Robert Pereira

Personal information
- Full name: Robert Pereira Molina
- Date of birth: 30 May 1968 (age 57)
- Place of birth: Paraguay

Managerial career
- Years: Team
- 2013: Fernando de la Mora (assistant)
- 2013–2016: Fernando de la Mora
- 2016–2017: General Caballero ZC
- 2018: Sportivo Iteño
- 2018: Tacuary
- 2019: Rubio Ñu
- 2020: General Díaz
- 2021: Sportivo Iteño
- 2022: Tacuary
- 2022: 12 de Octubre
- 2022–2023: Tacuary
- 2023: Sportivo San Lorenzo
- 2024: Tacuary

= Robert Pereira =

Paraguayan football manager

Robert Pereira Molina (born 30 May 1968) is a Paraguayan football manager.

==Career==
Pereira was an assistant of Jorge Amado Nunes at Fernando de la Mora in 2013, before being named manager of the club September of that year. He resigned in July 2016, and took over Primera División side General Caballero de Zeballos Cué.

Despite the club's relegation, Pereira remained in charge in 2017 but was replaced by Roberto Sánchez. Ahead of the 2018 season, he was named in charge of Sportivo Iteño, but ended the campaign at Tacuary.

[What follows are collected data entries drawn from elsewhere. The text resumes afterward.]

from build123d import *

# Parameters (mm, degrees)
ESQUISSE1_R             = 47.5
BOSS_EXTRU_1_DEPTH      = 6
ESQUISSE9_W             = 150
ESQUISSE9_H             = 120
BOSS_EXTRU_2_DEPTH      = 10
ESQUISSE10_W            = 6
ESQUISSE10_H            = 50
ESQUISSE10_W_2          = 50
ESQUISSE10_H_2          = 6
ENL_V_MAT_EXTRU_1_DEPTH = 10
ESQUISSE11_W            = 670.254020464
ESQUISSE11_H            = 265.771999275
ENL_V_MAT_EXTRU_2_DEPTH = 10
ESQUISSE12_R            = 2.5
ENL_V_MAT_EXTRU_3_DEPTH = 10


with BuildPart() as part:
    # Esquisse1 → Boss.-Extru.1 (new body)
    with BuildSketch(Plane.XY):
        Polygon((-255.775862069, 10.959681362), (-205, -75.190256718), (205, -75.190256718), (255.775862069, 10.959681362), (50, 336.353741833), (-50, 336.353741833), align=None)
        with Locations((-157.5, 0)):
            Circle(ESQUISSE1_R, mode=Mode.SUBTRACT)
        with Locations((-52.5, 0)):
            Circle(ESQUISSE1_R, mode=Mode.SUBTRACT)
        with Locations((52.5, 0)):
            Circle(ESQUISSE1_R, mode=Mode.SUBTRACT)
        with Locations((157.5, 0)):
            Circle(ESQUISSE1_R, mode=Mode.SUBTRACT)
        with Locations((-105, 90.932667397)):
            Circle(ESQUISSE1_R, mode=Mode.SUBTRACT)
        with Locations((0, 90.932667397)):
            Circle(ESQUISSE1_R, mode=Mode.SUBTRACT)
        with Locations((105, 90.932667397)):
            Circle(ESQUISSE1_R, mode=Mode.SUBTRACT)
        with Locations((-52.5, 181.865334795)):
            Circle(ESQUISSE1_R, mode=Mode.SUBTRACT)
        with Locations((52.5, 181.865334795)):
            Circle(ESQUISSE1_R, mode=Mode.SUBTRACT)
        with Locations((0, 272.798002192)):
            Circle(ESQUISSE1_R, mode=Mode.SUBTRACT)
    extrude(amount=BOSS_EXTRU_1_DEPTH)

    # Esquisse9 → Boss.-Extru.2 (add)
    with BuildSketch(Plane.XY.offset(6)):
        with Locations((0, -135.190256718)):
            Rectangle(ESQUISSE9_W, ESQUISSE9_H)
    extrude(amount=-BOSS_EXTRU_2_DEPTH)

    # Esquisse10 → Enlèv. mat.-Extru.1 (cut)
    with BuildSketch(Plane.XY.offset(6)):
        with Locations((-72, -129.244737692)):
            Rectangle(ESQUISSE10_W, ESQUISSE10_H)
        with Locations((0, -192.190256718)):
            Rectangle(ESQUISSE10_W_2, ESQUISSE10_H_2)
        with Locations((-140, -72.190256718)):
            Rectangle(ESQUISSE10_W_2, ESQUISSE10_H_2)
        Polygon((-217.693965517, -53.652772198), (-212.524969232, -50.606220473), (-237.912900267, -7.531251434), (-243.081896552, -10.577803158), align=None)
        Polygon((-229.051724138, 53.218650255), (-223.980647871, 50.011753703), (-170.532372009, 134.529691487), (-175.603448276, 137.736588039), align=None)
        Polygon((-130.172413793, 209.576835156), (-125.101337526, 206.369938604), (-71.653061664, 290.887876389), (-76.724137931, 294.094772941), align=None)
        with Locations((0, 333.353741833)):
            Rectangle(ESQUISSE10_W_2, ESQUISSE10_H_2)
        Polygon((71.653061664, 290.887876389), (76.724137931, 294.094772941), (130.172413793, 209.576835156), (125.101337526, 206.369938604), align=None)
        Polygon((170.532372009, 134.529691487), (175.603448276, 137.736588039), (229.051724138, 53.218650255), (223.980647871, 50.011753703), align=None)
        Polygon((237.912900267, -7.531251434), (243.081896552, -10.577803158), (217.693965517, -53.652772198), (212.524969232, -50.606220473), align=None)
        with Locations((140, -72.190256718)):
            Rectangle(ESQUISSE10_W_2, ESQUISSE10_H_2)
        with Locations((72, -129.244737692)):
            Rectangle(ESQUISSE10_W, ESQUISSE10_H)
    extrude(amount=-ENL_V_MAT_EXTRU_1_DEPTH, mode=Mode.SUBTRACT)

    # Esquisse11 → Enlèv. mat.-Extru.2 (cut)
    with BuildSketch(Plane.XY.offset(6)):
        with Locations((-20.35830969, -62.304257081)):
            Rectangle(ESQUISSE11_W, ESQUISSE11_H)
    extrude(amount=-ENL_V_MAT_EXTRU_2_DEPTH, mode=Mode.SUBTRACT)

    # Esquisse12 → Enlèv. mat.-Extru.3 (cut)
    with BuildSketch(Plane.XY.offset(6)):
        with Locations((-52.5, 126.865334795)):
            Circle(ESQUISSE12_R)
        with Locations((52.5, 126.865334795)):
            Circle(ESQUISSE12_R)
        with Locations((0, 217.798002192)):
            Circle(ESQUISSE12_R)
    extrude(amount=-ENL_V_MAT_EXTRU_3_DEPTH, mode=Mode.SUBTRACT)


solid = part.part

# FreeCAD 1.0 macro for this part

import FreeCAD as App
import Part
import Sketcher

V = App.Vector

doc = App.newDocument("Part")
body = doc.addObject("PartDesign::Body", "Body")

sketch1 = doc.addObject("Sketcher::SketchObject", "Sketch")
body.addObject(sketch1)
sketch1.AttachmentSupport = (doc.XY_Plane, [""])
sketch1.MapMode = "FlatFace"
sketch1.addGeometry(Part.LineSegment(V(-256, 11, 0), V(-205, -75, 0)), False)
sketch1.addGeometry(Part.LineSegment(V(-205, -75, 0), V(205, -75, 0)), False)
sketch1.addGeometry(Part.LineSegment(V(205, -75, 0), V(256, 11, 0)), False)
sketch1.addGeometry(Part.LineSegment(V(256, 11, 0), V(50, 336, 0)), False)
sketch1.addGeometry(Part.LineSegment(V(50, 336, 0), V(-50, 336, 0)), False)
sketch1.addGeometry(Part.LineSegment(V(-50, 336, 0), V(-256, 11, 0)), False)
sketch1.addGeometry(Part.Circle(V(-158, 0, 0), V(0, 0, 1), 48), False)
sketch1.addGeometry(Part.Circle(V(-52, 0, 0), V(0, 0, 1), 48), False)
sketch1.addGeometry(Part.Circle(V(-105, 91, 0), V(0, 0, 1), 48), False)
sketch1.addGeometry(Part.Circle(V(52, 0, 0), V(0, 0, 1), 48), False)
sketch1.addGeometry(Part.Circle(V(158, 0, 0), V(0, 0, 1), 48), False)
sketch1.addGeometry(Part.Circle(V(0, 91, 0), V(0, 0, 1), 48), False)
sketch1.addGeometry(Part.Circle(V(105, 91, 0), V(0, 0, 1), 48), False)
sketch1.addGeometry(Part.Circle(V(-52, 182, 0), V(0, 0, 1), 48), False)
sketch1.addGeometry(Part.Circle(V(52, 182, 0), V(0, 0, 1), 48), False)
sketch1.addGeometry(Part.Circle(V(0, 273, 0), V(0, 0, 1), 48), False)
sketch1.addConstraint(Sketcher.Constraint("Coincident", 0, 2, 1, 1))
sketch1.addConstraint(Sketcher.Constraint("Coincident", 1, 2, 2, 1))
sketch1.addConstraint(Sketcher.Constraint("Coincident", 2, 2, 3, 1))
sketch1.addConstraint(Sketcher.Constraint("Coincident", 3, 2, 4, 1))
sketch1.addConstraint(Sketcher.Constraint("Coincident", 4, 2, 5, 1))
sketch1.addConstraint(Sketcher.Constraint("Coincident", 5, 2, 0, 1))
sketch1.addConstraint(Sketcher.Constraint("Horizontal", 1))
sketch1.addConstraint(Sketcher.Constraint("Horizontal", 4))
sketch1.addConstraint(Sketcher.Constraint("Equal", 6, 7))
sketch1.addConstraint(Sketcher.Constraint("Equal", 7, 8))
sketch1.addConstraint(Sketcher.Constraint("Equal", 8, 9))
sketch1.addConstraint(Sketcher.Constraint("Equal", 9, 10))
sketch1.addConstraint(Sketcher.Constraint("Equal", 10, 11))
sketch1.addConstraint(Sketcher.Constraint("Equal", 11, 12))
sketch1.addConstraint(Sketcher.Constraint("Equal", 12, 13))
sketch1.addConstraint(Sketcher.Constraint("Equal", 13, 14))
sketch1.addConstraint(Sketcher.Constraint("Equal", 14, 15))
sketch1.addConstraint(Sketcher.Constraint("Symmetric", 7, 3, 9, 3, -1, 1))
sketch1.addConstraint(Sketcher.Constraint("Symmetric", 6, 3, 10, 3, -1, 1))
sketch1.addConstraint(Sketcher.Constraint("Symmetric", 8, 3, 12, 3, -2))
sketch1.addConstraint(Sketcher.Constraint("Symmetric", 13, 3, 14, 3, -2))
sketch1.addConstraint(Sketcher.Constraint("Symmetric", 2, 2, 5, 2, -2))
sketch1.addConstraint(Sketcher.Constraint("PointOnObject", 6, 3, -1))
sketch1.addConstraint(Sketcher.Constraint("PointOnObject", 7, 3, -1))
sketch1.addConstraint(Sketcher.Constraint("PointOnObject", 11, 3, -2))
sketch1.addConstraint(Sketcher.Constraint("PointOnObject", 15, 3, -2))
sketch1.addConstraint(Sketcher.Constraint("Horizontal", 8, 3, 11, 3))
sketch1.addConstraint(Sketcher.Constraint("Vertical", 7, 3, 13, 3))
sketch1.addConstraint(Sketcher.Constraint("Equal", 0, 2))
sketch1.addConstraint(Sketcher.Constraint("Equal", 3, 5))
sketch1.addConstraint(Sketcher.Constraint("Diameter", 6, 95.0))
sketch1.addConstraint(Sketcher.Constraint("DistanceX", 1, 1, 1, 2, 410.0))
sketch1.addConstraint(Sketcher.Constraint("DistanceX", 4, 2, 4, 1, 100.0))
sketch1.addConstraint(Sketcher.Constraint("Distance", 0, 100.0))
sketch1.addConstraint(Sketcher.Constraint("Distance", 3, 385.0))
sketch1.addConstraint(Sketcher.Constraint("DistanceX", 8, 3, -1, 1, 105.0))
sketch1.addConstraint(Sketcher.Constraint("DistanceX", 6, 3, 7, 3, 105.0))
sketch1.addConstraint(Sketcher.Constraint("DistanceX", 7, 3, 9, 3, 105.0))
sketch1.addConstraint(Sketcher.Constraint("DistanceY", -1, 1, 2, 2, 10.959681))
sketch1.addConstraint(Sketcher.Constraint("DistanceY", -1, 1, 3, 2, 336.353742))
sketch1.addConstraint(Sketcher.Constraint("DistanceY", 15, 3, 3, 2, 63.55574))
sketch1.addConstraint(Sketcher.Constraint("DistanceY", -1, 1, 8, 3, 90.932667))
sketch1.addConstraint(Sketcher.Constraint("DistanceY", -1, 1, 13, 3, 181.865335))
pad1 = doc.addObject("PartDesign::Pad", "Pad")
body.addObject(pad1)
pad1.Profile = sketch1
pad1.Length = 6

sketch2 = doc.addObject("Sketcher::SketchObject", "Sketch001")
body.addObject(sketch2)
sketch2.AttachmentSupport = (doc.XY_Plane, [""])
sketch2.MapMode = "FlatFace"
sketch2.AttachmentOffset = App.Placement(V(0, 0, 6), App.Rotation())
sketch2.addGeometry(Part.LineSegment(V(-75, -75, 0), V(-75, -195, 0)), False)
sketch2.addGeometry(Part.LineSegment(V(-75, -195, 0), V(75, -195, 0)), False)
sketch2.addGeometry(Part.LineSegment(V(75, -195, 0), V(75, -75, 0)), False)
sketch2.addGeometry(Part.LineSegment(V(75, -75, 0), V(-75, -75, 0)), False)
sketch2.addConstraint(Sketcher.Constraint("Coincident", 0, 2, 1, 1))
sketch2.addConstraint(Sketcher.Constraint("Coincident", 1, 2, 2, 1))
sketch2.addConstraint(Sketcher.Constraint("Coincident", 2, 2, 3, 1))
sketch2.addConstraint(Sketcher.Constraint("Coincident", 3, 2, 0, 1))
sketch2.addConstraint(Sketcher.Constraint("Vertical", 0))
sketch2.addConstraint(Sketcher.Constraint("Horizontal", 1))
sketch2.addConstraint(Sketcher.Constraint("Vertical", 2))
sketch2.addConstraint(Sketcher.Constraint("Horizontal", 3))
sketch2.addConstraint(Sketcher.Constraint("DistanceX", 1, 1, 1, 2, 150.0))
sketch2.addConstraint(Sketcher.Constraint("DistanceY", 0, 2, 0, 1, 120.0))
sketch2.addConstraint(Sketcher.Constraint("DistanceX", 0, 2, -1, 1, 75.0))
sketch2.addConstraint(Sketcher.Constraint("DistanceY", 0, 2, -1, 1, 195.190257))
pad2 = doc.addObject("PartDesign::Pad", "Pad001")
body.addObject(pad2)
pad2.Profile = sketch2
pad2.Length = 10
pad2.Reversed = True

sketch3 = doc.addObject("Sketcher::SketchObject", "Sketch002")
body.addObject(sketch3)
sketch3.AttachmentSupport = (doc.XY_Plane, [""])
sketch3.MapMode = "FlatFace"
sketch3.AttachmentOffset = App.Placement(V(0, 0, 6), App.Rotation())
sketch3.addGeometry(Part.LineSegment(V(-75, -104, 0), V(-75, -154, 0)), False)
sketch3.addGeometry(Part.LineSegment(V(-75, -154, 0), V(-69, -154, 0)), False)
sketch3.addGeometry(Part.LineSegment(V(-69, -154, 0), V(-69, -104, 0)), False)
sketch3.addGeometry(Part.LineSegment(V(-69, -104, 0), V(-75, -104, 0)), False)
sketch3.addGeometry(Part.LineSegment(V(-25, -189, 0), V(-25, -195, 0)), False)
sketch3.addGeometry(Part.LineSegment(V(-25, -195, 0), V(25, -195, 0)), False)
sketch3.addGeometry(Part.LineSegment(V(25, -195, 0), V(25, -189, 0)), False)
sketch3.addGeometry(Part.LineSegment(V(25, -189, 0), V(-25, -189, 0)), False)
sketch3.addGeometry(Part.LineSegment(V(-165, -69, 0), V(-165, -75, 0)), False)
sketch3.addGeometry(Part.LineSegment(V(-165, -75, 0), V(-115, -75, 0)), False)
sketch3.addGeometry(Part.LineSegment(V(-115, -75, 0), V(-115, -69, 0)), False)
sketch3.addGeometry(Part.LineSegment(V(-115, -69, 0), V(-165, -69, 0)), False)
sketch3.addGeometry(Part.LineSegment(V(-218, -54, 0), V(-213, -51, 0)), False)
sketch3.addGeometry(Part.LineSegment(V(-213, -51, 0), V(-238, -8, 0)), False)
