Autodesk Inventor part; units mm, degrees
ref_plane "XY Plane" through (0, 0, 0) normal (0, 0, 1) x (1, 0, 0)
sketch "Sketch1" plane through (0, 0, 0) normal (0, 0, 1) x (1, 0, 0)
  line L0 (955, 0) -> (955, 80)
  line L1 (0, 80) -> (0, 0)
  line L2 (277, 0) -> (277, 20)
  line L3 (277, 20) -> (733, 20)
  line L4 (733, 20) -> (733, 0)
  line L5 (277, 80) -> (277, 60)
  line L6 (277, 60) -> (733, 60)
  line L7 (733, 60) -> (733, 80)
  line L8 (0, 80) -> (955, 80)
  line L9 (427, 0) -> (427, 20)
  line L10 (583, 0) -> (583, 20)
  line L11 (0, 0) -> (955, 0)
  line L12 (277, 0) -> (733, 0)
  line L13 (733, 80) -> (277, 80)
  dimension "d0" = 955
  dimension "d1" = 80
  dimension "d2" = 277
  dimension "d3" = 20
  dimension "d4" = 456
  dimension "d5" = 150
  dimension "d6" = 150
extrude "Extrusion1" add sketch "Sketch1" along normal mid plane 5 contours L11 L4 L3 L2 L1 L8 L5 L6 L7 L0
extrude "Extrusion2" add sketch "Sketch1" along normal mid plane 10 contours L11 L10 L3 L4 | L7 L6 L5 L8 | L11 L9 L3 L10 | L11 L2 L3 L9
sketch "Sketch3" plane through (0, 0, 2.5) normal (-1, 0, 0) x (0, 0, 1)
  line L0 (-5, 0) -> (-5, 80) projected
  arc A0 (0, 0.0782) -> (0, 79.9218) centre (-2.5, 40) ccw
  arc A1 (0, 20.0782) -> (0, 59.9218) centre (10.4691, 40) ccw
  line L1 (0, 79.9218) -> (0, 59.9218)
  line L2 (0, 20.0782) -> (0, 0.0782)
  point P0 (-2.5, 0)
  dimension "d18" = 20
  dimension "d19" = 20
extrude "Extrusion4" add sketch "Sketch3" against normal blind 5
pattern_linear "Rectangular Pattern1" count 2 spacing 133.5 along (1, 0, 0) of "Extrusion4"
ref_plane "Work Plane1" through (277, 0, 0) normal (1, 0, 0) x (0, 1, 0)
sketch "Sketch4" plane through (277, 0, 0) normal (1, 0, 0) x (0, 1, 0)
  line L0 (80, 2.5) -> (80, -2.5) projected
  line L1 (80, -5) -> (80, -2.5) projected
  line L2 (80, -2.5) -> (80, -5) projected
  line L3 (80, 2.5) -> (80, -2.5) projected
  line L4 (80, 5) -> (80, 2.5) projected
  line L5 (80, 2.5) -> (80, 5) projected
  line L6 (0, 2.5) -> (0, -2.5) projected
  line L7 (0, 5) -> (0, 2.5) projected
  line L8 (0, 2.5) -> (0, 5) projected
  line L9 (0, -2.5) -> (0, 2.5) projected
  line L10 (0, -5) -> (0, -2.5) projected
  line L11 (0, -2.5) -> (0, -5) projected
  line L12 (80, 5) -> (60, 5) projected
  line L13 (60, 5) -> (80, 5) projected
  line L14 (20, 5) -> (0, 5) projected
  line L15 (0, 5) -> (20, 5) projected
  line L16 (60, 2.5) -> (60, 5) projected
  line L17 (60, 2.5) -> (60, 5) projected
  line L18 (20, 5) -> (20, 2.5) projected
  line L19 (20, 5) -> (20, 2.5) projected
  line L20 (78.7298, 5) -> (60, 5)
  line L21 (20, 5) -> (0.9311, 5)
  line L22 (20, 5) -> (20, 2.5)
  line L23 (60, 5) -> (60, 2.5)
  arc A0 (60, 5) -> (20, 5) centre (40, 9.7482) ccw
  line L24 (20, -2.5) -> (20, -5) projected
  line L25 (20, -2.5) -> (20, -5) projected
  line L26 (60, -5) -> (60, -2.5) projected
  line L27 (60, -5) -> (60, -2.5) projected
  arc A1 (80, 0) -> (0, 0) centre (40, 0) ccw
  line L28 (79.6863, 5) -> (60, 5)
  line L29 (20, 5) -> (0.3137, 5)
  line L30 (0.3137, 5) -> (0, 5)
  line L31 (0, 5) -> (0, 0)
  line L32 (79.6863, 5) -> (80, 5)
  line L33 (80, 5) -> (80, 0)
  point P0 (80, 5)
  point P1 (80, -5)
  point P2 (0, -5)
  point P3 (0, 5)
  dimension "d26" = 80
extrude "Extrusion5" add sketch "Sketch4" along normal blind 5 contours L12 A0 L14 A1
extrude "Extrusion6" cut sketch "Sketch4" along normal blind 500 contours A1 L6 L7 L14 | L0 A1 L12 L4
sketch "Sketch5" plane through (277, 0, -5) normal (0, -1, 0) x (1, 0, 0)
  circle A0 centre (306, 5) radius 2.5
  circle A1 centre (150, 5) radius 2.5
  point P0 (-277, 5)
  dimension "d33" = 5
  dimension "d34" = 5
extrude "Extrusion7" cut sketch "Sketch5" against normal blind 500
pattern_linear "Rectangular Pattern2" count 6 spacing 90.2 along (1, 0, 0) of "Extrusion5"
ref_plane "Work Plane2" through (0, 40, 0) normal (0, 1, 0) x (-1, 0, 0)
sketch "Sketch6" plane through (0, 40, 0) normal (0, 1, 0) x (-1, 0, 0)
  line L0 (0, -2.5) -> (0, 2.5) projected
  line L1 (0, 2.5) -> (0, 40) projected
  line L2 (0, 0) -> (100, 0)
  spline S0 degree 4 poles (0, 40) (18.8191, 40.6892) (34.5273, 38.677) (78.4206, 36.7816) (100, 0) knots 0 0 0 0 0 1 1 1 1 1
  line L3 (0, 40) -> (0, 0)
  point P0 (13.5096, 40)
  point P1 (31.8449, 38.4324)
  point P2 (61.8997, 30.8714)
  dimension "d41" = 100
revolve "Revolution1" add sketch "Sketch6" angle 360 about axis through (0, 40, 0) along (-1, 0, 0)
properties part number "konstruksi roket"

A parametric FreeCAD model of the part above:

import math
import FreeCAD as App
import Part
import Sketcher
Q = App.Units.Quantity

doc = App.newDocument("Part")
params = doc.addObject("Spreadsheet::Sheet", "Params")
for row, (alias, value) in enumerate([
    ("sketch1_width", "456 mm"),
    ("sketch1_width2", "277 mm"),
    ("sketch1_height", "80 mm"),
    ("sketch1_height2", "20 mm"),
    ("pad1_length", "5 mm"),
    ("sketch2_width", "456 mm"),
    ("sketch2_height", "20 mm"),
    ("pad2_length", "10 mm"),
    ("sketch3_width", "20 mm"),
    ("sketch3_radius", "40 mm"),
    ("pad3_length", "5 mm"),
    ("linearpattern_pitch", "133.5 mm"),
    ("sketch4_radius", "40 mm"),
    ("pad4_length", "5 mm"),
    ("sketch5_radius", "40 mm"),
    ("sketch5_height", "5 mm"),
    ("pocket1_length", "500 mm"),
    ("sketch6_diameter", "5 mm"),
    ("pocket2_length", "500 mm"),
    ("linearpattern2_pitch", "90.2 mm"),
    ("revolution_angle", "360 deg"),
], start=1):
    params.set(f"A{row}", alias)
    params.set(f"B{row}", "=" + value)
    params.setAlias(f"B{row}", alias)

body = doc.addObject("PartDesign::Body", "Body")

# Sketch on XY plane
sketch1 = doc.addObject("Sketcher::SketchObject", "Sketch")
body.addObject(sketch1)
sketch1.AttachmentSupport = (doc.XY_Plane, [""])
sketch1.MapMode = "FlatFace"
sketch1.addGeometry([
    Part.LineSegment(App.Vector(733, 0, 0), App.Vector(955, 0, 0)),  # 0
    Part.LineSegment(App.Vector(955, 0, 0), App.Vector(955, 80, 0)),  # 1
    Part.LineSegment(App.Vector(955, 80, 0), App.Vector(733, 80, 0)),  # 2
    Part.LineSegment(App.Vector(733, 80, 0), App.Vector(733, 60, 0)),  # 3
    Part.LineSegment(App.Vector(733, 60, 0), App.Vector(277, 60, 0)),  # 4
    Part.LineSegment(App.Vector(277, 60, 0), App.Vector(277, 80, 0)),  # 5
    Part.LineSegment(App.Vector(277, 80, 0), App.Vector(0, 80, 0)),  # 6
    Part.LineSegment(App.Vector(0, 80, 0), App.Vector(0, 0, 0)),  # 7
    Part.LineSegment(App.Vector(0, 0, 0), App.Vector(277, 0, 0)),  # 8
    Part.LineSegment(App.Vector(277, 0, 0), App.Vector(277, 20, 0)),  # 9
    Part.LineSegment(App.Vector(277, 20, 0), App.Vector(733, 20, 0)),  # 10
    Part.LineSegment(App.Vector(733, 20, 0), App.Vector(733, 0, 0)),  # 11
], False)
sketch1.addConstraint([
    Sketcher.Constraint("Coincident", 0, 2, 1, 1),
    Sketcher.Constraint("Coincident", 1, 2, 2, 1),
    Sketcher.Constraint("Coincident", 2, 2, 3, 1),
    Sketcher.Constraint("Coincident", 3, 2, 4, 1),
    Sketcher.Constraint("Coincident", 4, 2, 5, 1),
    Sketcher.Constraint("Coincident", 5, 2, 6, 1),
    Sketcher.Constraint("Coincident", 6, 2, 7, 1),
    Sketcher.Constraint("Coincident", 7, 2, 8, 1),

On 8 January 2019, Pereira was appointed Rubio Ñu manager. In June 2020, he was named at the helm of General Díaz, but was sacked on 6 October.

Pereira was named manager of Iteño in June 2021, but left in the following month. On 21 February 2022, he replaced Daniel Lanata at the helm of Tacuary, now in the top tier, but resigned on 1 May.

On 3 June 2022, Pereira was named manager of 12 de Octubre also in the first division. Sacked on 21 August, he returned to Tacuary on 12 October, but was also dismissed on 3 February 2023.